## [WHAT TO WORK ON]
Starting with the opening line of the material, restate every line word for word, and end on the line containing "f 158 23 418".

|---|

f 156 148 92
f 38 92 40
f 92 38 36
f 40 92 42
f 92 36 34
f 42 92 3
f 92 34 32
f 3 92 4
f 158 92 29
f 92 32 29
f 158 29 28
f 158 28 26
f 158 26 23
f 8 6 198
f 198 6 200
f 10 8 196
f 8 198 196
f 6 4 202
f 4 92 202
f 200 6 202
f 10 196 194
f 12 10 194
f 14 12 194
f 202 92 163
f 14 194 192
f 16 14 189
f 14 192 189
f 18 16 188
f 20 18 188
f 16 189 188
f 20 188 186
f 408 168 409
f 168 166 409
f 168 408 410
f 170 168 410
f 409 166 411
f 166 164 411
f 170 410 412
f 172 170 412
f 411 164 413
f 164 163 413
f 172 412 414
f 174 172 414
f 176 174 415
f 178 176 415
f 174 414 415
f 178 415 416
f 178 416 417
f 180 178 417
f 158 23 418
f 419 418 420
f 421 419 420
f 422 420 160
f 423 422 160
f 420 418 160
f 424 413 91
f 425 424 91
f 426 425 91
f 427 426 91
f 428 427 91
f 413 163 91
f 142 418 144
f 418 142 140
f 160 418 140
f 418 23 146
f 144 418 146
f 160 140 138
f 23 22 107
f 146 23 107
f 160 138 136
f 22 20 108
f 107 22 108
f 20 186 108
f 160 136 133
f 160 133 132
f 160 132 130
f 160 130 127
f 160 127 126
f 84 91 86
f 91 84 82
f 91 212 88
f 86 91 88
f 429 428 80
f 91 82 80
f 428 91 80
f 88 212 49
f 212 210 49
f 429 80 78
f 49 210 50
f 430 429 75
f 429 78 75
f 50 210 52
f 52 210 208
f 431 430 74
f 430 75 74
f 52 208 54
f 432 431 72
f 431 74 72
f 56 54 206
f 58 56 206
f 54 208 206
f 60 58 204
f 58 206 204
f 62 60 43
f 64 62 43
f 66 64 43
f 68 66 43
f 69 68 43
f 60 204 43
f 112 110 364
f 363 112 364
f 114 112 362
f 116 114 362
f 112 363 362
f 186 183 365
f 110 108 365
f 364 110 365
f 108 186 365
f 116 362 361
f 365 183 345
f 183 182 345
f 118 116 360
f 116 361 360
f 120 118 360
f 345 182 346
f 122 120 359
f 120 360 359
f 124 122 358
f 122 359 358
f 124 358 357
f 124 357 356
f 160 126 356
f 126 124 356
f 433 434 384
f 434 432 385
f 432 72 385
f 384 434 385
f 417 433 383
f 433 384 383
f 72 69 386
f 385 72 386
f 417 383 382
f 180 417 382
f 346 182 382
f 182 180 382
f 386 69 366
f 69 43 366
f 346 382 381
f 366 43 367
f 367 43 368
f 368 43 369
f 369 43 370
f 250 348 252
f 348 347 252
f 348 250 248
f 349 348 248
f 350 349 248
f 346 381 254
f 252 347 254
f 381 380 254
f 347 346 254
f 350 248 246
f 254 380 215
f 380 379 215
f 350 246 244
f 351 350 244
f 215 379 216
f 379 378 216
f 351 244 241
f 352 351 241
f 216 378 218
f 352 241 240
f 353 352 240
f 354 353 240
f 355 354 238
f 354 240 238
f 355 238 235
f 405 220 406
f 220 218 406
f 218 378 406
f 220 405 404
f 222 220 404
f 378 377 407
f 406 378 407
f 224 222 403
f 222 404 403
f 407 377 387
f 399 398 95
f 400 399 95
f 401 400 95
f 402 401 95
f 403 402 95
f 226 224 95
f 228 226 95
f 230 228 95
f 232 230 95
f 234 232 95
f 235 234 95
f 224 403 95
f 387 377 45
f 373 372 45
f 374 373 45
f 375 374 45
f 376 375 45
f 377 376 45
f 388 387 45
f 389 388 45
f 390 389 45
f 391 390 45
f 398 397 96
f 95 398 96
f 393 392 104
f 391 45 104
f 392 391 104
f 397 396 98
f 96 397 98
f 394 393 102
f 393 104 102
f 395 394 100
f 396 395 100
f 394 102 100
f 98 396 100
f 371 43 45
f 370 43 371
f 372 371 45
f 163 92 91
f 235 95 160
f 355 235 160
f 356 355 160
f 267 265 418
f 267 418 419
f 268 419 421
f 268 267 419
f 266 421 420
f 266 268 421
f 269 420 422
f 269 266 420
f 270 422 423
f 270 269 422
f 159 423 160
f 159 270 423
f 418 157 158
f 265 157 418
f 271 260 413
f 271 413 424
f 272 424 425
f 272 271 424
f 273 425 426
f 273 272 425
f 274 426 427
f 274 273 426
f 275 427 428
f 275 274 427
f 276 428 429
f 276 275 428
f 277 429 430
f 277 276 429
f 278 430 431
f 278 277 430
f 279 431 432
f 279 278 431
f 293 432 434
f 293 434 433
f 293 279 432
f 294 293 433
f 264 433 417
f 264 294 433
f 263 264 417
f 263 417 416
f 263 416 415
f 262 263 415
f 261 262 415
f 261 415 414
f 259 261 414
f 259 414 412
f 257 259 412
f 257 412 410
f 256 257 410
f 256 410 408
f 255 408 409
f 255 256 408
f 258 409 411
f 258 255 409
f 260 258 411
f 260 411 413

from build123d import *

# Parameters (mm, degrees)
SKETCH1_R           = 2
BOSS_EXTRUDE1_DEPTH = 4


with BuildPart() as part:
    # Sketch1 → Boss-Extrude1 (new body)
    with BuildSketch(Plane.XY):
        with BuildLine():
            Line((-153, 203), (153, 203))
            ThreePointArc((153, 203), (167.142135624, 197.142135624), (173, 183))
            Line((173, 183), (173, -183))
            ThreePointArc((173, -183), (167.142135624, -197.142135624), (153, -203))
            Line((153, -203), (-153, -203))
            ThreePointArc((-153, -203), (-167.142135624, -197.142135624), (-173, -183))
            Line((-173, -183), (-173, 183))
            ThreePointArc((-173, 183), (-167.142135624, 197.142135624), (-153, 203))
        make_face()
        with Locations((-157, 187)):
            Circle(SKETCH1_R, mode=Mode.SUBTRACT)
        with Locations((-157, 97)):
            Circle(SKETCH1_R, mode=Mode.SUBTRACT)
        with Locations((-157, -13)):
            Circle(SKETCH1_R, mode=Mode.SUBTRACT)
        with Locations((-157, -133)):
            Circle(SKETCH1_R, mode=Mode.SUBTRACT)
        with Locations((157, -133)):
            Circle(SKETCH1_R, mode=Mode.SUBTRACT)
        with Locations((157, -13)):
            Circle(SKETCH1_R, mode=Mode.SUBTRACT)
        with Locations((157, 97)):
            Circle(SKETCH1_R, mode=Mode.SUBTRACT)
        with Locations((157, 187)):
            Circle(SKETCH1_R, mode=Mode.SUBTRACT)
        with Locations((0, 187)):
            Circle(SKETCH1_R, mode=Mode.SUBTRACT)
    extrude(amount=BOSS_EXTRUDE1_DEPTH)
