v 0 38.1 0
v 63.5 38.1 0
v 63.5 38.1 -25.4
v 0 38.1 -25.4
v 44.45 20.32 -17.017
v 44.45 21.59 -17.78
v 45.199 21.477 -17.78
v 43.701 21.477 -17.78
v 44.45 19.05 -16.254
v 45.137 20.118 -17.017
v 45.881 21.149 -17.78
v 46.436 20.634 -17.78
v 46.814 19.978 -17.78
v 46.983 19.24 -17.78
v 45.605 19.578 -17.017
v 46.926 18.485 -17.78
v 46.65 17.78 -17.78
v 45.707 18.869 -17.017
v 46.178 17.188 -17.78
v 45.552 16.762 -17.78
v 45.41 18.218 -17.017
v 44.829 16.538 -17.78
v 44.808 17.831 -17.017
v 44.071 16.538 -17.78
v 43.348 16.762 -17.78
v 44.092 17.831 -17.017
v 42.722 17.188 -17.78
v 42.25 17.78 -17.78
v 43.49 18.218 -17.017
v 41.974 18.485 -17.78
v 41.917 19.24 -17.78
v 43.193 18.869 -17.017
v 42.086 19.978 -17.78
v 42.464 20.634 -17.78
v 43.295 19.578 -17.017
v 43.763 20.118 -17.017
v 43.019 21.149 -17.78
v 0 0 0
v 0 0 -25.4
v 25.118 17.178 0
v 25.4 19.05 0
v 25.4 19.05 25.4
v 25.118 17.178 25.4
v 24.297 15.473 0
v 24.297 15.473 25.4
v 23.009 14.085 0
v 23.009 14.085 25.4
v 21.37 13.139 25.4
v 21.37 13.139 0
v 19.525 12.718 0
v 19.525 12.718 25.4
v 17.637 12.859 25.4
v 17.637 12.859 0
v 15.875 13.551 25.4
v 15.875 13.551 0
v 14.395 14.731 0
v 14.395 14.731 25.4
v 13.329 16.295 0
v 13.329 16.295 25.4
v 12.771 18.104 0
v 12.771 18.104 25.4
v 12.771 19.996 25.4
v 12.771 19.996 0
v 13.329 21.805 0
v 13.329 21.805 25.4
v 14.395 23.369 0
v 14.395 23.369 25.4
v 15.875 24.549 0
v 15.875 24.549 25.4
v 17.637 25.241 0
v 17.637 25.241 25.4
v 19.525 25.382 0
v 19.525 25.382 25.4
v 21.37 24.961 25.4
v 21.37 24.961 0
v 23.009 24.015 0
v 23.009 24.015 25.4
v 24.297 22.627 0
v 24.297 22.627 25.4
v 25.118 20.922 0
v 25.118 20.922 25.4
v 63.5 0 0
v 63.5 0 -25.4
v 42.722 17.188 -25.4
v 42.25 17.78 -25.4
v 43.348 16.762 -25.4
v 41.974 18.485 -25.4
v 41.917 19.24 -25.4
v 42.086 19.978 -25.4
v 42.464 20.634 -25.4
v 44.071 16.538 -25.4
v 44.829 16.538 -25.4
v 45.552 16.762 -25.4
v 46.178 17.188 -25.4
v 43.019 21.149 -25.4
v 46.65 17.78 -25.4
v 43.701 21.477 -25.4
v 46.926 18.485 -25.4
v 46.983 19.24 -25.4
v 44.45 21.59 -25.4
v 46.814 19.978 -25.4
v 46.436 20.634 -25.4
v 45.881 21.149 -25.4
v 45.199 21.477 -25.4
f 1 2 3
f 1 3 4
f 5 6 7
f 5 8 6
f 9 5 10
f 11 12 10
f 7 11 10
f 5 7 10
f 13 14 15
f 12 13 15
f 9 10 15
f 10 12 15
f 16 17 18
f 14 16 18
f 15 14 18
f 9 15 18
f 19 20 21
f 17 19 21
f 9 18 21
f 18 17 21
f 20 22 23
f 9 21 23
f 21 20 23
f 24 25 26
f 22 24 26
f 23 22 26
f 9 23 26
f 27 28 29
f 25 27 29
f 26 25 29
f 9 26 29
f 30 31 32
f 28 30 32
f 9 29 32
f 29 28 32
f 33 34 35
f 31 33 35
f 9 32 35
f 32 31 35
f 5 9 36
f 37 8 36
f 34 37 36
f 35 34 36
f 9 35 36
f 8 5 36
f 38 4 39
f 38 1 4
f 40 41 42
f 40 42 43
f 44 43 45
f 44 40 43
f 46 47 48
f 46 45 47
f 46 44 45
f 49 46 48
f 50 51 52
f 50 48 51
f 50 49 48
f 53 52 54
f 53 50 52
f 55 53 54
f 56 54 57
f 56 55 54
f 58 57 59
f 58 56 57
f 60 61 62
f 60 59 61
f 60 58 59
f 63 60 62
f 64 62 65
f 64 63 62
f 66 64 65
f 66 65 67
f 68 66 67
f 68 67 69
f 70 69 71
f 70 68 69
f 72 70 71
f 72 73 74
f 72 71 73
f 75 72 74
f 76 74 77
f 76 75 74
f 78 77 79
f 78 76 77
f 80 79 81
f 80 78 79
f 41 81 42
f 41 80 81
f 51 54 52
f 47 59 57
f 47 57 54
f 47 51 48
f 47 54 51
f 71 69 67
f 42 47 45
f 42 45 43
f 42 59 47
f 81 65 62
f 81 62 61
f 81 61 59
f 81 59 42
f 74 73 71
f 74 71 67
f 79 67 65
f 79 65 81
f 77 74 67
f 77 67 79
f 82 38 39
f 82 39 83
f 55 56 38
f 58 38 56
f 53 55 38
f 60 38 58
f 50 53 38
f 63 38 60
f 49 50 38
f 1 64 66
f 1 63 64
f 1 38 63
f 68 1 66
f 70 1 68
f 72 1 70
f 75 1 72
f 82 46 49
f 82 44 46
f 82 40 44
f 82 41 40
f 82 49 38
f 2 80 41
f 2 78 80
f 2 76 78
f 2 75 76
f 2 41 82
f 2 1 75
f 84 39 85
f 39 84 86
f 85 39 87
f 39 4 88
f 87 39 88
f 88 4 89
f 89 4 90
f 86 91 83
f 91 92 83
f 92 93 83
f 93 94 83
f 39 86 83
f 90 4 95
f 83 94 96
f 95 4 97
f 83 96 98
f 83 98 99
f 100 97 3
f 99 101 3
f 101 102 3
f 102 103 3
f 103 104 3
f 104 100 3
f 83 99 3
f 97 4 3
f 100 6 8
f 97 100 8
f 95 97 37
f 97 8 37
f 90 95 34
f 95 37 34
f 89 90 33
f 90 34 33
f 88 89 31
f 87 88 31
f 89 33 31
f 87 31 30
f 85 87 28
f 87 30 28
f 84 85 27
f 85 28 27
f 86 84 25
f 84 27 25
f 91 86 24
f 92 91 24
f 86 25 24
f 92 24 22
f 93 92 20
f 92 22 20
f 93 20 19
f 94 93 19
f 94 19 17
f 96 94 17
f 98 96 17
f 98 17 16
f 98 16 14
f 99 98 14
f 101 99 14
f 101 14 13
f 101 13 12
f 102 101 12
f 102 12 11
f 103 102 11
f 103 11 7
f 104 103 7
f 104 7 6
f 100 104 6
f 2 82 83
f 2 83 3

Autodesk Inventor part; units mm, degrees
ref_plane "YZ Plane" through (0, 0, 0) normal (1, 0, 0) x (0, 1, 0)
ref_plane "XZ Plane" through (0, 0, 0) normal (0, 1, 0) x (-1, 0, 0)
ref_plane "XY Plane" through (0, 0, 0) normal (0, 0, 1) x (1, 0, 0)
sketch "Sketch1" plane through (0, 0, 0) normal (0, 0, 1) x (1, 0, 0)
  line L0 (0, 0) -> (63.5, 0)
  line L1 (63.5, 0) -> (63.5, 38.1)
  line L2 (63.5, 38.1) -> (0, 38.1)
  line L3 (0, 38.1) -> (0, 0)
  circle A0 centre (19.05, 19.05) radius 6.35
  dimension "d0" = 63.5
  dimension "d1" = 38.1
  dimension "d4" = 19.05
  dimension "d5" = 12.7
extrude "Extrusion1" add sketch "Sketch1" against normal blind 25.4 contours L3 L2 L1 L0 | A0
extrude "Extrusion2" add sketch "Sketch1" along normal blind 25.4 contours A0
sketch "Sketch2" plane through (0, 0, -25.4) normal (0, 0, -1) x (-1, 0, 0)
  line L0 (-63.5, 0) -> (-63.5, 38.1) projected
  circle A0 centre (-44.45, 19.05) radius 8.4036
  dimension "d8" = 19.05
hole "Hole1" at (44.45, 19.05, -25.4) direction (0, 0, 1) diameter 5.08 depth 7.62 tip angle 118
properties part number "proxycimulator775"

|---|

## [TASK RESPONSE]
f 156 148 92
f 38 92 40
f 92 38 36
f 40 92 42
f 92 36 34
f 42 92 3
f 92 34 32
f 3 92 4
f 158 92 29
f 92 32 29
f 158 29 28
f 158 28 26
f 158 26 23
f 8 6 198
f 198 6 200
f 10 8 196
f 8 198 196
f 6 4 202
f 4 92 202
f 200 6 202
f 10 196 194
f 12 10 194
f 14 12 194
f 202 92 163
f 14 194 192
f 16 14 189
f 14 192 189
f 18 16 188
f 20 18 188
f 16 189 188
f 20 188 186
f 408 168 409
f 168 166 409
f 168 408 410
f 170 168 410
f 409 166 411
f 166 164 411
f 170 410 412
f 172 170 412
f 411 164 413
f 164 163 413
f 172 412 414
f 174 172 414
f 176 174 415
f 178 176 415
f 174 414 415
f 178 415 416
f 178 416 417
f 180 178 417
f 158 23 418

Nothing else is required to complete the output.